= Beginning of Section =

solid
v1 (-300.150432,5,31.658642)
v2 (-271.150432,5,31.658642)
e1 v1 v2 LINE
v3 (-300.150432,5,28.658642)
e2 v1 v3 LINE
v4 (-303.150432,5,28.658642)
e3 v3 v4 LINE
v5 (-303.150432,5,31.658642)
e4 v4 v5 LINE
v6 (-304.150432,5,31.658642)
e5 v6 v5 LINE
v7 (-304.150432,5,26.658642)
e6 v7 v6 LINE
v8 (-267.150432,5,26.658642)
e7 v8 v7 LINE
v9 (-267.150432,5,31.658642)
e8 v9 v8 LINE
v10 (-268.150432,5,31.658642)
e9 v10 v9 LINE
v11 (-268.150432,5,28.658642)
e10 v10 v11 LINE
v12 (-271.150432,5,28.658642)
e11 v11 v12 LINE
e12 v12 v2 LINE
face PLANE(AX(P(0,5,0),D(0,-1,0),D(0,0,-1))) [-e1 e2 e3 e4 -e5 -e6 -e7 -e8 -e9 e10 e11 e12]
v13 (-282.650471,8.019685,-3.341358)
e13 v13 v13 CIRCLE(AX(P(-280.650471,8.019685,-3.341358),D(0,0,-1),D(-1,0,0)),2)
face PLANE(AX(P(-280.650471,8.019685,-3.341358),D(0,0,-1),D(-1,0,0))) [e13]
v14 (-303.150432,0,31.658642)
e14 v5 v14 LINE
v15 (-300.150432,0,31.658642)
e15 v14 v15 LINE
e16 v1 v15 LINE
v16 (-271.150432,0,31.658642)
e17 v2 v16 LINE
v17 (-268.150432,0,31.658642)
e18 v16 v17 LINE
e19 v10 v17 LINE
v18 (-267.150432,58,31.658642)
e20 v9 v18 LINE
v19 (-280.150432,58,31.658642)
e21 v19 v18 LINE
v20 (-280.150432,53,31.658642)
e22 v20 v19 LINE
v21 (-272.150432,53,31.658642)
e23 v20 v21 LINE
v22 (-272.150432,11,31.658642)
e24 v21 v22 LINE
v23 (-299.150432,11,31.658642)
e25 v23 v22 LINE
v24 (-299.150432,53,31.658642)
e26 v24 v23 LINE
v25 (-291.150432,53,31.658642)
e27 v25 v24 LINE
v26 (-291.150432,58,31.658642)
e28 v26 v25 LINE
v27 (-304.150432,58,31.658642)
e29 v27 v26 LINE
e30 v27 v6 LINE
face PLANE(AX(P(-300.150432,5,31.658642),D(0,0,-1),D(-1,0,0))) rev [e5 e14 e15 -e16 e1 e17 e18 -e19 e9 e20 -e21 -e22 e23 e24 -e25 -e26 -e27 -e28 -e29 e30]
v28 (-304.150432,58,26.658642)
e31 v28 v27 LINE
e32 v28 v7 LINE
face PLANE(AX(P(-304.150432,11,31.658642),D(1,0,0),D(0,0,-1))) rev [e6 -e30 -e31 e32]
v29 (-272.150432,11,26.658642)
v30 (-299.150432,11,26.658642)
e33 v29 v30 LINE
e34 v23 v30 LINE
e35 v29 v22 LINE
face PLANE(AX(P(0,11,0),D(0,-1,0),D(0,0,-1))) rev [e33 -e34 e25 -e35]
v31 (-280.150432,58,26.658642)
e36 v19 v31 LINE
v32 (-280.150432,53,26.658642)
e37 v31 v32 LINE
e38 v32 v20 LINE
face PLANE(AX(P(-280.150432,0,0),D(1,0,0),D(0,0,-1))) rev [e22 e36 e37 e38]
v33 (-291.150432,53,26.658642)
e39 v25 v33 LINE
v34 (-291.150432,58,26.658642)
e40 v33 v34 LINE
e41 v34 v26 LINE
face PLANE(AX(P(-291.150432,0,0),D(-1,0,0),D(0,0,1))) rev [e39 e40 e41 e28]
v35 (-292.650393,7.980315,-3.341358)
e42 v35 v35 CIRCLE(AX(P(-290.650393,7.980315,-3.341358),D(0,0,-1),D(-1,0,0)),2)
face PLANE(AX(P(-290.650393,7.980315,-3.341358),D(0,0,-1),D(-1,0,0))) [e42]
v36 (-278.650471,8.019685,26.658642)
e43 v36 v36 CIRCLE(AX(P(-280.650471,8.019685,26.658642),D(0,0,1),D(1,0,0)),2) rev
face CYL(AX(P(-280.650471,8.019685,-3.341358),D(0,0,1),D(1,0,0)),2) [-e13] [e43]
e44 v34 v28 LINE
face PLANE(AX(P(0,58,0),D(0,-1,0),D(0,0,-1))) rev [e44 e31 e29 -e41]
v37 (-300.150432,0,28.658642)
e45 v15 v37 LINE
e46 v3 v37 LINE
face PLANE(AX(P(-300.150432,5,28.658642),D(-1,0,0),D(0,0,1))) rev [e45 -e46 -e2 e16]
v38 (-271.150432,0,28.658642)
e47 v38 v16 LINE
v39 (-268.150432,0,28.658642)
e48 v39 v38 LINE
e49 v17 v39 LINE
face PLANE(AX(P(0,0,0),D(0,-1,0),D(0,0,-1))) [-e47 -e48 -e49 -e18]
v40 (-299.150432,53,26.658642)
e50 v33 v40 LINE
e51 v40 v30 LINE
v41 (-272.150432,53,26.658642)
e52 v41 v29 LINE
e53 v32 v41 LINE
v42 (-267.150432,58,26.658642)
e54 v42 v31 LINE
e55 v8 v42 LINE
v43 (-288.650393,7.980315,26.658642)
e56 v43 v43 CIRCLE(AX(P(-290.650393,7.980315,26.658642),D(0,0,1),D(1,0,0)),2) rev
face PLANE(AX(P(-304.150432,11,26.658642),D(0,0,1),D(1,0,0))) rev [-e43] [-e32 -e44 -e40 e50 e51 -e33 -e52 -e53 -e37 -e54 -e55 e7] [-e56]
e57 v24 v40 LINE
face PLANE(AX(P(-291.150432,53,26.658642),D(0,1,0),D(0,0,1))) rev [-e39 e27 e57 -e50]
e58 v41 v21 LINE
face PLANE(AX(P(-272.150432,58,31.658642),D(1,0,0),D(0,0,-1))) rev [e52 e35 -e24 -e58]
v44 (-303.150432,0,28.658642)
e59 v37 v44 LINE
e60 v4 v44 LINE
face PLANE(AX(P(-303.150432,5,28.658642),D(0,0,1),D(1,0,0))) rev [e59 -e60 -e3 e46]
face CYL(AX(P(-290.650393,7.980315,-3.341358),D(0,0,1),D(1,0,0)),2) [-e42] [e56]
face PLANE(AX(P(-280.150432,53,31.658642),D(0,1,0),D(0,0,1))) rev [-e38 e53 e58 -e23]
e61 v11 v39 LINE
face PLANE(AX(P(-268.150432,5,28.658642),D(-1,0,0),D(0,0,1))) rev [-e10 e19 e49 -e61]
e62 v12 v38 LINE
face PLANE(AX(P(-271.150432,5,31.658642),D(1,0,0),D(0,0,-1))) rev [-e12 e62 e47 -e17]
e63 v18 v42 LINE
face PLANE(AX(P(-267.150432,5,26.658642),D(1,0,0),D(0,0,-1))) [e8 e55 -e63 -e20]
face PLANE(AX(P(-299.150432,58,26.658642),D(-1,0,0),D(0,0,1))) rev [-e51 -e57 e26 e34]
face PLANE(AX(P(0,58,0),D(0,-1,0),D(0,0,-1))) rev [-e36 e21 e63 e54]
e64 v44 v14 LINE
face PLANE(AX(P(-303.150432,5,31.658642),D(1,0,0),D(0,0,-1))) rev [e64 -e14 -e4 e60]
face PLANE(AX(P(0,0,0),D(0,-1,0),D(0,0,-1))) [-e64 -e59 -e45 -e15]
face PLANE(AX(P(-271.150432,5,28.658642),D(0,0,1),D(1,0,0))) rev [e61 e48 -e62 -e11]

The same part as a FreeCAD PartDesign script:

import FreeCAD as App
import Part
import Sketcher

V = App.Vector
Q = App.Units.Quantity


def add_polygon(sketch, points):
    """Adds a closed chain of lines whose ends are joined by coincident constraints."""
    first, n = sketch.GeometryCount, len(points)
    for a, b in zip(points, points[1:] + points[:1]):
        sketch.addGeometry(Part.LineSegment(App.Vector(*a, 0), App.Vector(*b, 0)), False)
    for i in range(n):
        sketch.addConstraint(Sketcher.Constraint("Coincident", first + i, 2, first + (i + 1) % n, 1))

doc = App.newDocument("Part")
params = doc.addObject("Spreadsheet::Sheet", "Params")
for row, (alias, value) in enumerate([
    ("sketch1_width", "3 mm"),
    ("pad1_length", "5 mm"),
    ("sketch2_width", "3 mm"),
    ("pad2_length", "5 mm"),
    ("sketch3_width", "5 mm"),
    ("pad3_length", "6 mm"),
    ("sketch4_width", "37 mm"),
    ("sketch4_height", "5 mm"),
    ("pad4_length", "6 mm"),
    ("sketch5_diameter", "4 mm"),
    ("pad5_length", "30 mm"),
    ("sketch6_width", "5 mm"),
    ("pad6_length", "47 mm"),
    ("sketch7_width", "5 mm"),
    ("pad7_length", "8 mm"),
    ("sketch8_width", "5 mm"),
    ("pad8_length", "8 mm"),
], start=1):
    params.set(f"A{row}", alias)
    params.set(f"B{row}", "=" + value)
    params.setAlias(f"B{row}", alias)

body = doc.addObject("PartDesign::Body", "Body")

# Sketch on XZ plane
sketch1 = body.newObject("Sketcher::SketchObject", "Sketch")
sketch1.AttachmentSupport = (doc.getObject("XZ_Plane"), [""])
sketch1.MapMode = "FlatFace"
add_polygon(sketch1, [(-303.2, 28.7), (-303.2, 31.7), (-300.2, 31.7), (-300.2, 28.7)])  # lines 0-3
sketch1.addConstraint(Sketcher.Constraint("Vertical", 0))
sketch1.addConstraint(Sketcher.Constraint("Horizontal", 1))
sketch1.addConstraint(Sketcher.Constraint("Vertical", 2))
sketch1.addConstraint(Sketcher.Constraint("Horizontal", 3))
sketch1.addConstraint(Sketcher.Constraint("Equal", 3, 0))
sketch1.addConstraint(Sketcher.Constraint("DistanceX", 1, 1, 1, 2, Q("3 mm")))
sketch1.addConstraint(Sketcher.Constraint("DistanceX", 0, 2, -1, 1, Q("303.150432 mm")))
sketch1.addConstraint(Sketcher.Constraint("DistanceY", -1, 1, 0, 2, Q("31.658642 mm")))
sketch1.setExpression("Constraints[9]", "Params.sketch1_width")
pad1 = body.newObject("PartDesign::Pad", "Pad")
pad1.Profile = sketch1
pad1.setExpression("Length", "Params.pad1_length")
pad1.Reversed = True
body2 = doc.addObject("PartDesign::Body", "Body001")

= End of Section =

Within the material above, transcribe exactly the lines that run from the line holding "e19 v10 v17 LINE" through the line holding "e39 v25 v33 LINE".

e19 v10 v17 LINE
v18 (-267.150432,58,31.658642)
e20 v9 v18 LINE
v19 (-280.150432,58,31.658642)
e21 v19 v18 LINE
v20 (-280.150432,53,31.658642)
e22 v20 v19 LINE
v21 (-272.150432,53,31.658642)
e23 v20 v21 LINE
v22 (-272.150432,11,31.658642)
e24 v21 v22 LINE
v23 (-299.150432,11,31.658642)
e25 v23 v22 LINE
v24 (-299.150432,53,31.658642)
e26 v24 v23 LINE
v25 (-291.150432,53,31.658642)
e27 v25 v24 LINE
v26 (-291.150432,58,31.658642)
e28 v26 v25 LINE
v27 (-304.150432,58,31.658642)
e29 v27 v26 LINE
e30 v27 v6 LINE
face PLANE(AX(P(-300.150432,5,31.658642),D(0,0,-1),D(-1,0,0))) rev [e5 e14 e15 -e16 e1 e17 e18 -e19 e9 e20 -e21 -e22 e23 e24 -e25 -e26 -e27 -e28 -e29 e30]
v28 (-304.150432,58,26.658642)
e31 v28 v27 LINE
e32 v28 v7 LINE
face PLANE(AX(P(-304.150432,11,31.658642),D(1,0,0),D(0,0,-1))) rev [e6 -e30 -e31 e32]
v29 (-272.150432,11,26.658642)
v30 (-299.150432,11,26.658642)
e33 v29 v30 LINE
e34 v23 v30 LINE
e35 v29 v22 LINE
face PLANE(AX(P(0,11,0),D(0,-1,0),D(0,0,-1))) rev [e33 -e34 e25 -e35]
v31 (-280.150432,58,26.658642)
e36 v19 v31 LINE
v32 (-280.150432,53,26.658642)
e37 v31 v32 LINE
e38 v32 v20 LINE
face PLANE(AX(P(-280.150432,0,0),D(1,0,0),D(0,0,-1))) rev [e22 e36 e37 e38]
v33 (-291.150432,53,26.658642)
e39 v25 v33 LINE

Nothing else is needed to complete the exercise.